__WORK TO COMPLETE__. From the listing below, output only the lines starting at the line that has "e6 v7 v6 LINE" and ending at the line that has "e25 v23 v25 LINE", exactly as they appear, ends included.

__RECORDS FOR THE EXERCISE__.
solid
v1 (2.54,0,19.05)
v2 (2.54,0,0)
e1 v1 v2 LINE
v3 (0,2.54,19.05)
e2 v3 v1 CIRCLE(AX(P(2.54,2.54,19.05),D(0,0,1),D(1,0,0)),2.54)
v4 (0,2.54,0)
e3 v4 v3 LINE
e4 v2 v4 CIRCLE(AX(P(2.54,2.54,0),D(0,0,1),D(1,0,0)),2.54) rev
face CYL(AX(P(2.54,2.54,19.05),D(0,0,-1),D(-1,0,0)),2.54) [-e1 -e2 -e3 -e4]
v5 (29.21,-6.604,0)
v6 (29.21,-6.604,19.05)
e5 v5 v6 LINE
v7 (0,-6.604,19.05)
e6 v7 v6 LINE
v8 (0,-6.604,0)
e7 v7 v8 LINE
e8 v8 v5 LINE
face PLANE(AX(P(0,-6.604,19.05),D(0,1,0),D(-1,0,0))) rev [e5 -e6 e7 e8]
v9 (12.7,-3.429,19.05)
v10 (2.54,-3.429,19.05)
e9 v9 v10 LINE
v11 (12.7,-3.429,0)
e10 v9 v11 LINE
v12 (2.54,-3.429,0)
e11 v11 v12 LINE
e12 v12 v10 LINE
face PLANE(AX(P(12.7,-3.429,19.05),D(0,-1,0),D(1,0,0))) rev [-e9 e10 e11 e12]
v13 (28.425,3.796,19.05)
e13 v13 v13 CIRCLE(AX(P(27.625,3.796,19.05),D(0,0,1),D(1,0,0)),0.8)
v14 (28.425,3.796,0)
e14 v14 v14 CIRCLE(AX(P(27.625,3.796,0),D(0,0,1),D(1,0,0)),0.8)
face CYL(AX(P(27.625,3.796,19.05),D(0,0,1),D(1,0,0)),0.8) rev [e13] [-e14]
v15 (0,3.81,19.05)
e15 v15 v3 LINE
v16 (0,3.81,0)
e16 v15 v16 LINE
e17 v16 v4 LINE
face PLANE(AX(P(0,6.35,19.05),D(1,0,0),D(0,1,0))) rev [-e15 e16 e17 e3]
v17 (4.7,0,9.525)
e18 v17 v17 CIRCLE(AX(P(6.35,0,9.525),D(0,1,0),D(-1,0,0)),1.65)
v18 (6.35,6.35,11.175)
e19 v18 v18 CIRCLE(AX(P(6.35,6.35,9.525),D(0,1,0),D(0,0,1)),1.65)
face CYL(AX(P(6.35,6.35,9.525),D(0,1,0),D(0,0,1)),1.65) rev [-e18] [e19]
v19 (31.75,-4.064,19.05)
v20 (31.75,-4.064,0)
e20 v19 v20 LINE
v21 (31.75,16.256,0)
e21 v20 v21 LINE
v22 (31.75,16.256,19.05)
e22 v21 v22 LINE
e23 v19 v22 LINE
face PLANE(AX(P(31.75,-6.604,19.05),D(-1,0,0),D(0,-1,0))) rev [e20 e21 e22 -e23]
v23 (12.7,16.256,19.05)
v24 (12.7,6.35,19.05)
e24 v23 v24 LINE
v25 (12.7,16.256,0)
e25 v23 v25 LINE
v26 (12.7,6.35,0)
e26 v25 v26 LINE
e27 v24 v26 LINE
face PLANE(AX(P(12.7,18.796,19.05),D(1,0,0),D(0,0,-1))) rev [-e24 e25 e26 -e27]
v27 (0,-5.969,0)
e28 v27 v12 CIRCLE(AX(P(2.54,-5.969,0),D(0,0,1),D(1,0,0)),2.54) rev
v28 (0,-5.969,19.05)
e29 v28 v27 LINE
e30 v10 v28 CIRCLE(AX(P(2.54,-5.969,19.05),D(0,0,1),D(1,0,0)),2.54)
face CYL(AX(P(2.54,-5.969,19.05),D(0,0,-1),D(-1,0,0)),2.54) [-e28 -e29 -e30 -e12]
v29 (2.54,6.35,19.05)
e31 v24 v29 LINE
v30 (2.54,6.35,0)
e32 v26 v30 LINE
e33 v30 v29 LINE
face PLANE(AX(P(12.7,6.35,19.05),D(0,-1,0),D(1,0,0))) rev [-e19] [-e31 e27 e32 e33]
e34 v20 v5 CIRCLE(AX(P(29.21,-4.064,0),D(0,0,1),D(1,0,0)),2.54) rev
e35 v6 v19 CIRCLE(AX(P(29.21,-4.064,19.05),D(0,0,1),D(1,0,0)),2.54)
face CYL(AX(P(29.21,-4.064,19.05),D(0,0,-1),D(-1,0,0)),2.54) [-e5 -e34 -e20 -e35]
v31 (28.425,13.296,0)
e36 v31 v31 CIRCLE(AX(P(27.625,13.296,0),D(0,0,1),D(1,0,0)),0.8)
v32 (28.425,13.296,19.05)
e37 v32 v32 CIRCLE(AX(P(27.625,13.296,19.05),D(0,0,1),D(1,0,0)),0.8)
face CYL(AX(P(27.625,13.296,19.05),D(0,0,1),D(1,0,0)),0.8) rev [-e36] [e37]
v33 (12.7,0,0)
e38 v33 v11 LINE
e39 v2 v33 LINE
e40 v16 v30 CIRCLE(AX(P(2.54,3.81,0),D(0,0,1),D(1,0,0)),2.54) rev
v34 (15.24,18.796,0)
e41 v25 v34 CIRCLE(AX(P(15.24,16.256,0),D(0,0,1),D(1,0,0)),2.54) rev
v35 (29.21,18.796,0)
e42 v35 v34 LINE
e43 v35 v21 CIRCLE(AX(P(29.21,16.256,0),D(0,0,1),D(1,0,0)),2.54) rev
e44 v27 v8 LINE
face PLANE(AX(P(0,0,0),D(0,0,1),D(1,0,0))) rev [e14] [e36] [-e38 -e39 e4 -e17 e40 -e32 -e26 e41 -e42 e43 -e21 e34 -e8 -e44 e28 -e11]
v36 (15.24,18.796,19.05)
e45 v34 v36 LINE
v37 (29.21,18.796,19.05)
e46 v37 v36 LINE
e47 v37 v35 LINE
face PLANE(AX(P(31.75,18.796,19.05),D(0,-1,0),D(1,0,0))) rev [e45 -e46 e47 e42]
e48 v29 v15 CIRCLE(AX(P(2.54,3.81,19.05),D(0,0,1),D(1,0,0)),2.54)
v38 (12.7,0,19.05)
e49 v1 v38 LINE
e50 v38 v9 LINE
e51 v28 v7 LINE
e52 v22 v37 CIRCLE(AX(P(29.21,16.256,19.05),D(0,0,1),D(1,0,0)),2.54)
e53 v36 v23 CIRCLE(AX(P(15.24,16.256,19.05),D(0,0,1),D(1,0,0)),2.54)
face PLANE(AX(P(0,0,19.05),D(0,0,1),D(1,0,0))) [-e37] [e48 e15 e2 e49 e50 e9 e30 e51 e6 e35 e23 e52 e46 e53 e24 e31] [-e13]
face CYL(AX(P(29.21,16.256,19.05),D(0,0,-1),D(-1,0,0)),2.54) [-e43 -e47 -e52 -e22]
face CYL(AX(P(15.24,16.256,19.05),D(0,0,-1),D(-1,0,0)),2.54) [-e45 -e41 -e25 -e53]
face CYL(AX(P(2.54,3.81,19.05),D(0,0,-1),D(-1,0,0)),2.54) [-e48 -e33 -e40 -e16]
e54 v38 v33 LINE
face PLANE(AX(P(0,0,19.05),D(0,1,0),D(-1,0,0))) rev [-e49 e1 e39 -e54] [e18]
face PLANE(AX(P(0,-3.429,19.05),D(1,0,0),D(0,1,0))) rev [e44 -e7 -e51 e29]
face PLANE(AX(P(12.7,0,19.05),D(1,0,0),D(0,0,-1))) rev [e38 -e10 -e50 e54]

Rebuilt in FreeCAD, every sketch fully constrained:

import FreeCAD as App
import Part
import Sketcher
Q = App.Units.Quantity


def edges_at(feature, points):
    """Names of the edges that pass closest to the given points."""
    edges = feature.Shape.Edges
    near = lambda p: min(range(len(edges)), key=lambda i: edges[i].distToShape(Part.Vertex(*p))[0])
    return sorted({f"Edge{near(p) + 1}" for p in points})


def add_polygon(sketch, points):
    """Adds a closed chain of lines whose ends are joined by coincident constraints."""
    first, n = sketch.GeometryCount, len(points)
    for a, b in zip(points, points[1:] + points[:1]):
        sketch.addGeometry(Part.LineSegment(App.Vector(*a, 0), App.Vector(*b, 0)), False)
    for i in range(n):
        sketch.addConstraint(Sketcher.Constraint("Coincident", first + i, 2, first + (i + 1) % n, 1))

doc = App.newDocument("Part")
params = doc.addObject("Spreadsheet::Sheet", "Params")
for row, (alias, value) in enumerate([
    ("sketch1_height", "1 in"),
    ("sketch1_width", "0.5 in"),
    ("sketch1_width2", "1.25 in"),
    ("sketch1_height2", "0.49 in"),
    ("sketch1_height3", "0.25 in"),
    ("pad1_length", "0.75 in"),
    ("hole_diameter", "3.3 mm"),
    ("hole_depth", "0.25 in"),
    ("hole2_diameter", "1.6 mm"),
    ("hole2_depth", "0.75 in"),
    ("fillet_radius", "0.1 in"),
], start=1):
    params.set(f"A{row}", alias)
    params.set(f"B{row}", "=" + value)
    params.setAlias(f"B{row}", alias)

body = doc.addObject("PartDesign::Body", "Body")

sketch1 = body.newObject("Sketcher::SketchObject", "Sketch")
sketch1.AttachmentSupport = (doc.getObject("XY_Plane"), [""])
sketch1.MapMode = "FlatFace"
add_polygon(sketch1, [(0, 0), (12.7, 0), (12.7, -3.4), (0, -3.4), (0, -6.6), (31.8, -6.6), (31.8, 18.8), (12.7, 18.8), (12.7, 6.3), (0, 6.3)])
sketch1.addConstraint(Sketcher.Constraint("Horizontal", 0))
sketch1.addConstraint(Sketcher.Constraint("Vertical", 1))
sketch1.addConstraint(Sketcher.Constraint("Horizontal", 2))
sketch1.addConstraint(Sketcher.Constraint("Vertical", 3))
sketch1.addConstraint(Sketcher.Constraint("Horizontal", 4))
sketch1.addConstraint(Sketcher.Constraint("Vertical", 5))
sketch1.addConstraint(Sketcher.Constraint("Horizontal", 6))
sketch1.addConstraint(Sketcher.Constraint("Vertical", 7))
sketch1.addConstraint(Sketcher.Constraint("Horizontal", 8))
sketch1.addConstraint(Sketcher.Constraint("Vertical", 9))
sketch1.addConstraint(Sketcher.Constraint("Coincident", 9, 2, -1, 1))
sketch1.addConstraint(Sketcher.Constraint("PointOnObject", 2, 2, -2))
sketch1.addConstraint(Sketcher.Constraint("Vertical", 1, 2, 6, 2))
sketch1.addConstraint(Sketcher.Constraint("DistanceY", 5, 1, 5, 2, Q("1 in")))
sketch1.addConstraint(Sketcher.Constraint("DistanceX", 0, 1, 0, 2, Q("0.5 in")))
sketch1.addConstraint(Sketcher.Constraint("DistanceX", 4, 1, 4, 2, Q("1.25 in")))
sketch1.addConstraint(Sketcher.Constraint("DistanceY", 7, 2, 7, 1, Q("0.49 in")))
sketch1.addConstraint(Sketcher.Constraint("DistanceY", 9, 2, 9, 1, Q("0.25 in")))
sketch1.addConstraint(Sketcher.Constraint("DistanceY", 1, 2, 1, 1, Q("0.135 in")))
sketch1.setExpression("Constraints[23]", "Params.sketch1_height")
sketch1.setExpression("Constraints[24]", "Params.sketch1_width")
sketch1.setExpression("Constraints[25]", "Params.sketch1_width2")
sketch1.setExpression("Constraints[26]", "Params.sketch1_height2")
sketch1.setExpression("Constraints[27]", "Params.sketch1_height3")
pad1 = body.newObject("PartDesign::Pad", "Pad")
pad1.Profile = sketch1
pad1.setExpression("Length", "Params.pad1_length")

sketch2 = body.newObject("Sketcher::SketchObject", "Sketch001")
sketch2.AttachmentSupport = (doc.getObject("XZ_Plane"), [""])
sketch2.MapMode = "FlatFace"
sketch2.AttachmentOffset = App.Placement(App.Vector(0, 0, -0.25 * 25.4), App.Rotation())
sketch2.addGeometry(Part.Circle(App.Vector(6.3, 9.5, 0), App.Vector(0, 0, 1), 1.6), False)
sketch2.addConstraint(Sketcher.Constraint("Diameter", 0, 3.3))
sketch2.addConstraint(Sketcher.Constraint("DistanceX", -1, 1, 0, 3, Q("0.25 in")))
sketch2.addConstraint(Sketcher.Constraint("DistanceY", -1, 1, 0, 3, Q("0.375 in")))
doc.recompute()
hole = body.newObject("PartDesign::Hole", "Hole")
hole.Profile = sketch2
hole.ThreadType = "None"
hole.setExpression("Diameter", "Params.hole_diameter")
hole.DepthType = "Dimension"
hole.setExpression("Depth", "Params.hole_depth")
hole.DrillPoint = "Flat"
hole.Reversed = True

sketch3 = body.newObject("Sketcher::SketchObject", "Sketch002")
sketch3.AttachmentSupport = (doc.getObject("XY_Plane"), [""])
sketch3.MapMode = "FlatFace"
sketch3.AttachmentOffset = App.Placement(App.Vector(0, 0, 0.75 * 25.4), App.Rotation())
sketch3.addGeometry(Part.Circle(App.Vector(27.6, 13.3, 0), App.Vector(0, 0, 1), 0.8), False)
sketch3.addGeometry(Part.Circle(App.Vector(27.6, 3.8, 0), App.Vector(0, 0, 1), 0.8), False)
sketch3.addConstraint(Sketcher.Constraint("Equal", 0, 1))
sketch3.addConstraint(Sketcher.Constraint("Vertical", 0, 3, 1, 3))
sketch3.addConstraint(Sketcher.Constraint("Diameter", 0, 1.6))
sketch3.addConstraint(Sketcher.Constraint("DistanceX", -1, 1, 0, 3, 27.625))
sketch3.addConstraint(Sketcher.Constraint("DistanceY", -1, 1, 0, 3, 13.296))
sketch3.addConstraint(Sketcher.Constraint("DistanceY", -1, 1, 1, 3, 3.796))
doc.recompute()
hole2 = body.newObject("PartDesign::Hole", "Hole001")
hole2.Profile = sketch3
hole2.ThreadType = "None"
hole2.setExpression("Diameter", "Params.hole2_diameter")
hole2.DepthType = "Dimension"
hole2.setExpression("Depth", "Params.hole2_depth")
hole2.DrillPoint = "Flat"
doc.recompute()

fillet = body.newObject("PartDesign::Fillet", "Fillet")
fillet.Base = (hole2, edges_at(hole2, [
    (0, 6.35, 9.525),
    (12.7, 18.796, 9.525),
    (31.75, 18.796, 9.525),
    (31.75, -6.604, 9.525),
    (0, -3.429, 9.525),
    (0, 0, 9.525),
]))
fillet.setExpression("Radius", "Params.fillet_radius")

doc.recompute()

__SOLUTION__.
e6 v7 v6 LINE
v8 (0,-6.604,0)
e7 v7 v8 LINE
e8 v8 v5 LINE
face PLANE(AX(P(0,-6.604,19.05),D(0,1,0),D(-1,0,0))) rev [e5 -e6 e7 e8]
v9 (12.7,-3.429,19.05)
v10 (2.54,-3.429,19.05)
e9 v9 v10 LINE
v11 (12.7,-3.429,0)
e10 v9 v11 LINE
v12 (2.54,-3.429,0)
e11 v11 v12 LINE
e12 v12 v10 LINE
face PLANE(AX(P(12.7,-3.429,19.05),D(0,-1,0),D(1,0,0))) rev [-e9 e10 e11 e12]
v13 (28.425,3.796,19.05)
e13 v13 v13 CIRCLE(AX(P(27.625,3.796,19.05),D(0,0,1),D(1,0,0)),0.8)
v14 (28.425,3.796,0)
e14 v14 v14 CIRCLE(AX(P(27.625,3.796,0),D(0,0,1),D(1,0,0)),0.8)
face CYL(AX(P(27.625,3.796,19.05),D(0,0,1),D(1,0,0)),0.8) rev [e13] [-e14]
v15 (0,3.81,19.05)
e15 v15 v3 LINE
v16 (0,3.81,0)
e16 v15 v16 LINE
e17 v16 v4 LINE
face PLANE(AX(P(0,6.35,19.05),D(1,0,0),D(0,1,0))) rev [-e15 e16 e17 e3]
v17 (4.7,0,9.525)
e18 v17 v17 CIRCLE(AX(P(6.35,0,9.525),D(0,1,0),D(-1,0,0)),1.65)
v18 (6.35,6.35,11.175)
e19 v18 v18 CIRCLE(AX(P(6.35,6.35,9.525),D(0,1,0),D(0,0,1)),1.65)
face CYL(AX(P(6.35,6.35,9.525),D(0,1,0),D(0,0,1)),1.65) rev [-e18] [e19]
v19 (31.75,-4.064,19.05)
v20 (31.75,-4.064,0)
e20 v19 v20 LINE
v21 (31.75,16.256,0)
e21 v20 v21 LINE
v22 (31.75,16.256,19.05)
e22 v21 v22 LINE
e23 v19 v22 LINE
face PLANE(AX(P(31.75,-6.604,19.05),D(-1,0,0),D(0,-1,0))) rev [e20 e21 e22 -e23]
v23 (12.7,16.256,19.05)
v24 (12.7,6.35,19.05)
e24 v23 v24 LINE
v25 (12.7,16.256,0)
e25 v23 v25 LINE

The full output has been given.